There's a reason that these spectroscopic techniques are referred to as "sporting methods", (as opposed to the non-sporting X-ray diffraction, say, which does not give your quarry a chance). No single method will usually give you the answer, but it will rule in or out various possibilities, and you usually have to then cross-reference. For organics you should find that 1H NMR, and 13C if available, will identify the components of your target molecule. Understanding 1H coupling patterns is obviously crucial, and getting a feel for where differently-shielded protons will appear in the spectrum. In mass spec, there's no reason that the base peak has to be the molecular ion, you're generally looking for the heaviest real signal, from which you may be able to deduce (or at least narrow down) the empirical formula, and then seeing what fragments off it. UV or IR may be less definitive, but will show the presence or absence of certain functional groups.
posted by wilko at 6:39 AM on May 2, 2011 [1 favorite]
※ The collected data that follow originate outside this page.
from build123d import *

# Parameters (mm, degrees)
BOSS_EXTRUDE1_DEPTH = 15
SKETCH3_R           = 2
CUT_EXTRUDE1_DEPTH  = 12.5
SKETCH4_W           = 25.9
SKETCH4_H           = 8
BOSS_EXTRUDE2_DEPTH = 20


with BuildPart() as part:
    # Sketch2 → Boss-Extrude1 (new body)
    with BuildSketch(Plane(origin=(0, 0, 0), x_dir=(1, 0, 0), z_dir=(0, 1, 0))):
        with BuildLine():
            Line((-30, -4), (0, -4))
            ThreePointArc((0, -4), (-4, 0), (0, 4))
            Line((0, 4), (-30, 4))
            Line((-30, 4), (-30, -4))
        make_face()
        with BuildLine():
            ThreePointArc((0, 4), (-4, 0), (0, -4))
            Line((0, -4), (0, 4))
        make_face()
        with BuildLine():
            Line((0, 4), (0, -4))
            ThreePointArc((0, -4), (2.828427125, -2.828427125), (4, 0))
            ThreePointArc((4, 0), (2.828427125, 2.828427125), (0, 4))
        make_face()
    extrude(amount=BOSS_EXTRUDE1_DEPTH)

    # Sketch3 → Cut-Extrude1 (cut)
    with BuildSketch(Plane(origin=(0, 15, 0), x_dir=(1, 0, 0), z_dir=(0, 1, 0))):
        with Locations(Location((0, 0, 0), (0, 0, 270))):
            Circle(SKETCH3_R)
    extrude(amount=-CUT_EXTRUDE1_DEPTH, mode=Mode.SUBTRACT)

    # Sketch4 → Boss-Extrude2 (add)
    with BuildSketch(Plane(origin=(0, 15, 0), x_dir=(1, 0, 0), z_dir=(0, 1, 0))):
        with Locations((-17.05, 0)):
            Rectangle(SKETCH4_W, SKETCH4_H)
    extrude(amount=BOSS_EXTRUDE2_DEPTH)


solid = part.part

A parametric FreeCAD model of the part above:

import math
import FreeCAD as App
import Part
import Sketcher

doc = App.newDocument("Part")
params = doc.addObject("Spreadsheet::Sheet", "Params")
for row, (alias, value) in enumerate([
    ("sketch1_radius", "4 mm"),
    ("sketch1_width", "30 mm"),
    ("pad1_length", "15 mm"),
    ("sketch2_diameter", "4 mm"),
    ("pocket1_length", "12.5 mm"),
    ("sketch3_height", "8 mm"),
    ("sketch3_width", "25.9 mm"),
    ("pad2_length", "20 mm"),
], start=1):
    params.set(f"A{row}", alias)
    params.set(f"B{row}", "=" + value)
    params.setAlias(f"B{row}", alias)

body = doc.addObject("PartDesign::Body", "Body")

# Sketch on XZ plane
sketch1 = body.newObject("Sketcher::SketchObject", "Sketch")
sketch1.AttachmentSupport = (doc.getObject("XZ_Plane"), [""])
sketch1.MapMode = "FlatFace"
sketch1.addGeometry([
    Part.LineSegment(App.Vector(0, -4, 0), App.Vector(-30, -4, 0)),  # 0
    Part.LineSegment(App.Vector(-30, -4, 0), App.Vector(-30, 4, 0)),  # 1
    Part.LineSegment(App.Vector(-30, 4, 0), App.Vector(0, 4, 0)),  # 2
    Part.ArcOfCircle(Part.Circle(App.Vector(0, 0, 0), App.Vector(0, 0, 1), 4), math.radians(0), math.radians(90)),  # 3
    Part.ArcOfCircle(Part.Circle(App.Vector(0, 0, 0), App.Vector(0, 0, 1), 4), math.radians(-90), math.radians(0)),  # 4
], False)
sketch1.addConstraint([
    Sketcher.Constraint("Coincident", 0, 2, 1, 1),
    Sketcher.Constraint("Coincident", 1, 2, 2, 1),
    Sketcher.Constraint("Tangent", 2, 2, 3, 2),
    Sketcher.Constraint("Tangent", 3, 1, 4, 2),
    Sketcher.Constraint("Tangent", 4, 1, 0, 1),
    Sketcher.Constraint("Horizontal", 0),
    Sketcher.Constraint("Vertical", 1),
    Sketcher.Constraint("Horizontal", 2),
    Sketcher.Constraint("Coincident", 3, 3, -1, 1),
    Sketcher.Constraint("Equal", 3, 4),
    Sketcher.Constraint("PointOnObject", 3, 1, -1),
    Sketcher.Constraint("Radius", 3, 4.0),
    Sketcher.Constraint("DistanceX", 0, 2, 0, 1, 30.0),
])
sketch1.setExpression("Constraints[11]", "Params.sketch1_radius")
sketch1.setExpression("Constraints[12]", "Params.sketch1_width")
pad1 = body.newObject("PartDesign::Pad", "Pad")
pad1.Profile = sketch1
pad1.setExpression("Length", "Params.pad1_length")
pad1.Reversed = True

# Sketch on XZ plane
sketch2 = body.newObject("Sketcher::SketchObject", "Sketch001")
sketch2.AttachmentSupport = (doc.getObject("XZ_Plane"), [""])
sketch2.MapMode = "FlatFace"
sketch2.AttachmentOffset = App.Placement(App.Vector(0, 0, -15), App.Rotation())
sketch2.addGeometry(Part.Circle(App.Vector(0, 0, 0), App.Vector(0, 0, 1), 2), False)
sketch2.addConstraint([
    Sketcher.Constraint("Coincident", 0, 3, -1, 1),
    Sketcher.Constraint("Diameter", 0, 4.0),
])
sketch2.setExpression("Constraints[1]", "Params.sketch2_diameter")
pocket1 = body.newObject("PartDesign::Pocket", "Pocket")
pocket1.Profile = sketch2
pocket1.setExpression("Length", "Params.pocket1_length")
pocket1.Reversed = True

# Sketch on XZ plane
sketch3 = body.newObject("Sketcher::SketchObject", "Sketch002")
sketch3.AttachmentSupport = (doc.getObject("XZ_Plane"), [""])
sketch3.MapMode = "FlatFace"
sketch3.AttachmentOffset = App.Placement(App.Vector(0, 0, -15), App.Rotation())
sketch3.addGeometry([
    Part.LineSegment(App.Vector(-30, -4, 0), App.Vector(-30, 4, 0)),
    Part.LineSegment(App.Vector(-30, 4, 0), App.Vector(-4, 4, 0)),
    Part.LineSegment(App.Vector(-4, 4, 0), App.Vector(-4, -4, 0)),
    Part.LineSegment(App.Vector(-4, -4, 0), App.Vector(-30, -4, 0)),
], False)
sketch3.addConstraint([
    Sketcher.Constraint("Coincident", 0, 2, 1, 1),
    Sketcher.Constraint("Coincident", 1, 2, 2, 1),
    Sketcher.Constraint("Coincident", 2, 2, 3, 1),
    Sketcher.Constraint("Coincident", 3, 2, 0, 1),
    Sketcher.Constraint("Vertical", 0),
    Sketcher.Constraint("Horizontal", 1),
    Sketcher.Constraint("Vertical", 2),
    Sketcher.Constraint("Horizontal", 3),
    Sketcher.Constraint("DistanceY", 0, 1, 0, 2, 8.0),
    Sketcher.Constraint("DistanceX", 1, 1, 1, 2, 25.9),
    Sketcher.Constraint("DistanceX", 0, 2, -1, 1, 30.0),
    Sketcher.Constraint("DistanceY", -1, 1, 0, 2, 4.0),
])
sketch3.setExpression("Constraints[8]", "Params.sketch3_height")
sketch3.setExpression("Constraints[9]", "Params.sketch3_width")
pad2 = body.newObject("PartDesign::Pad", "Pad001")
pad2.Profile = sketch3
pad2.setExpression("Length", "Params.pad2_length")
pad2.Reversed = True

doc.recompute()
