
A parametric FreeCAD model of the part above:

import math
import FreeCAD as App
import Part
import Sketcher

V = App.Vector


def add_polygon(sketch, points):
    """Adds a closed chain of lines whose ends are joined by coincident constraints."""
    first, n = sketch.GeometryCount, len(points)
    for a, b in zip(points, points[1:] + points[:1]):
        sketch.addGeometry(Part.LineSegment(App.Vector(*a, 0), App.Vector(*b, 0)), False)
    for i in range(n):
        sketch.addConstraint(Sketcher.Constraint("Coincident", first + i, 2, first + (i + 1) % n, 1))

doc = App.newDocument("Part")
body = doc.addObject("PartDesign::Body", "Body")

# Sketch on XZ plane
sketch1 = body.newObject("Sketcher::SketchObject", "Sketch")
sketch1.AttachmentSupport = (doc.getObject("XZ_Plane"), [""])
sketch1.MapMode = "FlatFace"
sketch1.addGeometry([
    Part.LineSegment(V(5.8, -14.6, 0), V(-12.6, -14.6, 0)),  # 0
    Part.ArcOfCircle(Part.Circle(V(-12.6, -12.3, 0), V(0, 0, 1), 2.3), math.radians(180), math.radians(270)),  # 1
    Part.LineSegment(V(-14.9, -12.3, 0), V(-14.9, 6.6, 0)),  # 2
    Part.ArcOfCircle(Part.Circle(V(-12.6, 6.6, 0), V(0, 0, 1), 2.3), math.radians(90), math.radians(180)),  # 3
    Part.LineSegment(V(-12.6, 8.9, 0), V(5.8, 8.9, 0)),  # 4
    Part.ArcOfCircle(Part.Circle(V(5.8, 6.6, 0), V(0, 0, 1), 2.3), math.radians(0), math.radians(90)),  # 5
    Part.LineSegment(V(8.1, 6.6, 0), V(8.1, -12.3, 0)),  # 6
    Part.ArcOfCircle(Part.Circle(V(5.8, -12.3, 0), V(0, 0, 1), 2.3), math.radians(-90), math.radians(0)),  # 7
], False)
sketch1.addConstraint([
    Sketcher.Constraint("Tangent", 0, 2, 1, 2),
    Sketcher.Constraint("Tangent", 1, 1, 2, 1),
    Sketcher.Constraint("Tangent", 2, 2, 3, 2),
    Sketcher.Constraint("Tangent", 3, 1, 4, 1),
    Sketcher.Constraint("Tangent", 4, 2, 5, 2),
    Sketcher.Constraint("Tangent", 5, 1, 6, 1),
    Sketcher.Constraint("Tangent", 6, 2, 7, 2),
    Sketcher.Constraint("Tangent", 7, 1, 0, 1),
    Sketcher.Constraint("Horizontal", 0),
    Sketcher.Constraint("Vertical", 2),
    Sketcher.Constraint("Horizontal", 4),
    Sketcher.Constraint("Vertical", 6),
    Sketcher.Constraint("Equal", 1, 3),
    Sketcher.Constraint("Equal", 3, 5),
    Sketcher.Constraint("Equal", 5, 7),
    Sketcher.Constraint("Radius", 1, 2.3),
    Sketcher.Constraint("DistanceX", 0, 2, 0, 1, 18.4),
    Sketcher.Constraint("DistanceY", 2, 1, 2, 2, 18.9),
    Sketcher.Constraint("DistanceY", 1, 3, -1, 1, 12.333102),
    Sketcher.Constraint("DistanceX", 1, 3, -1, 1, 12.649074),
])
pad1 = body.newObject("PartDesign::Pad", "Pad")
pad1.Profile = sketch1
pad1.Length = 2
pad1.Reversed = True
To solve these problems I first write down individual clues without any regard to the solution, so for instance the first thing we know (from the molecular ion) is that the total mass of the molecule is 116. The fact that this is an even number also tells you that the number of nitrogens is even (or zero). The next peak below the molecular ion is a small peak of 15, so I would guess that this is a methyl group. Below that is a peak at 85 which is due to the loss of something with mass of 31, the standard group of that mass is methoxide.

The base peak at 57 corresponds to C₄H₉, according to this table

For example, IR spectroscopy. How do I know a certain peak corresponds to a certain type of bond when there may be three or four different types of bonds that take up that range?

It's true that multiple bond types can cause peaks very close to each other, they do sometimes differ in strength and width. In your example the peaks at 1166 and 1194 are strong. C-O stretches are the only sources of strong peaks at those wavelengths, so now you know that you have two C-O bonds.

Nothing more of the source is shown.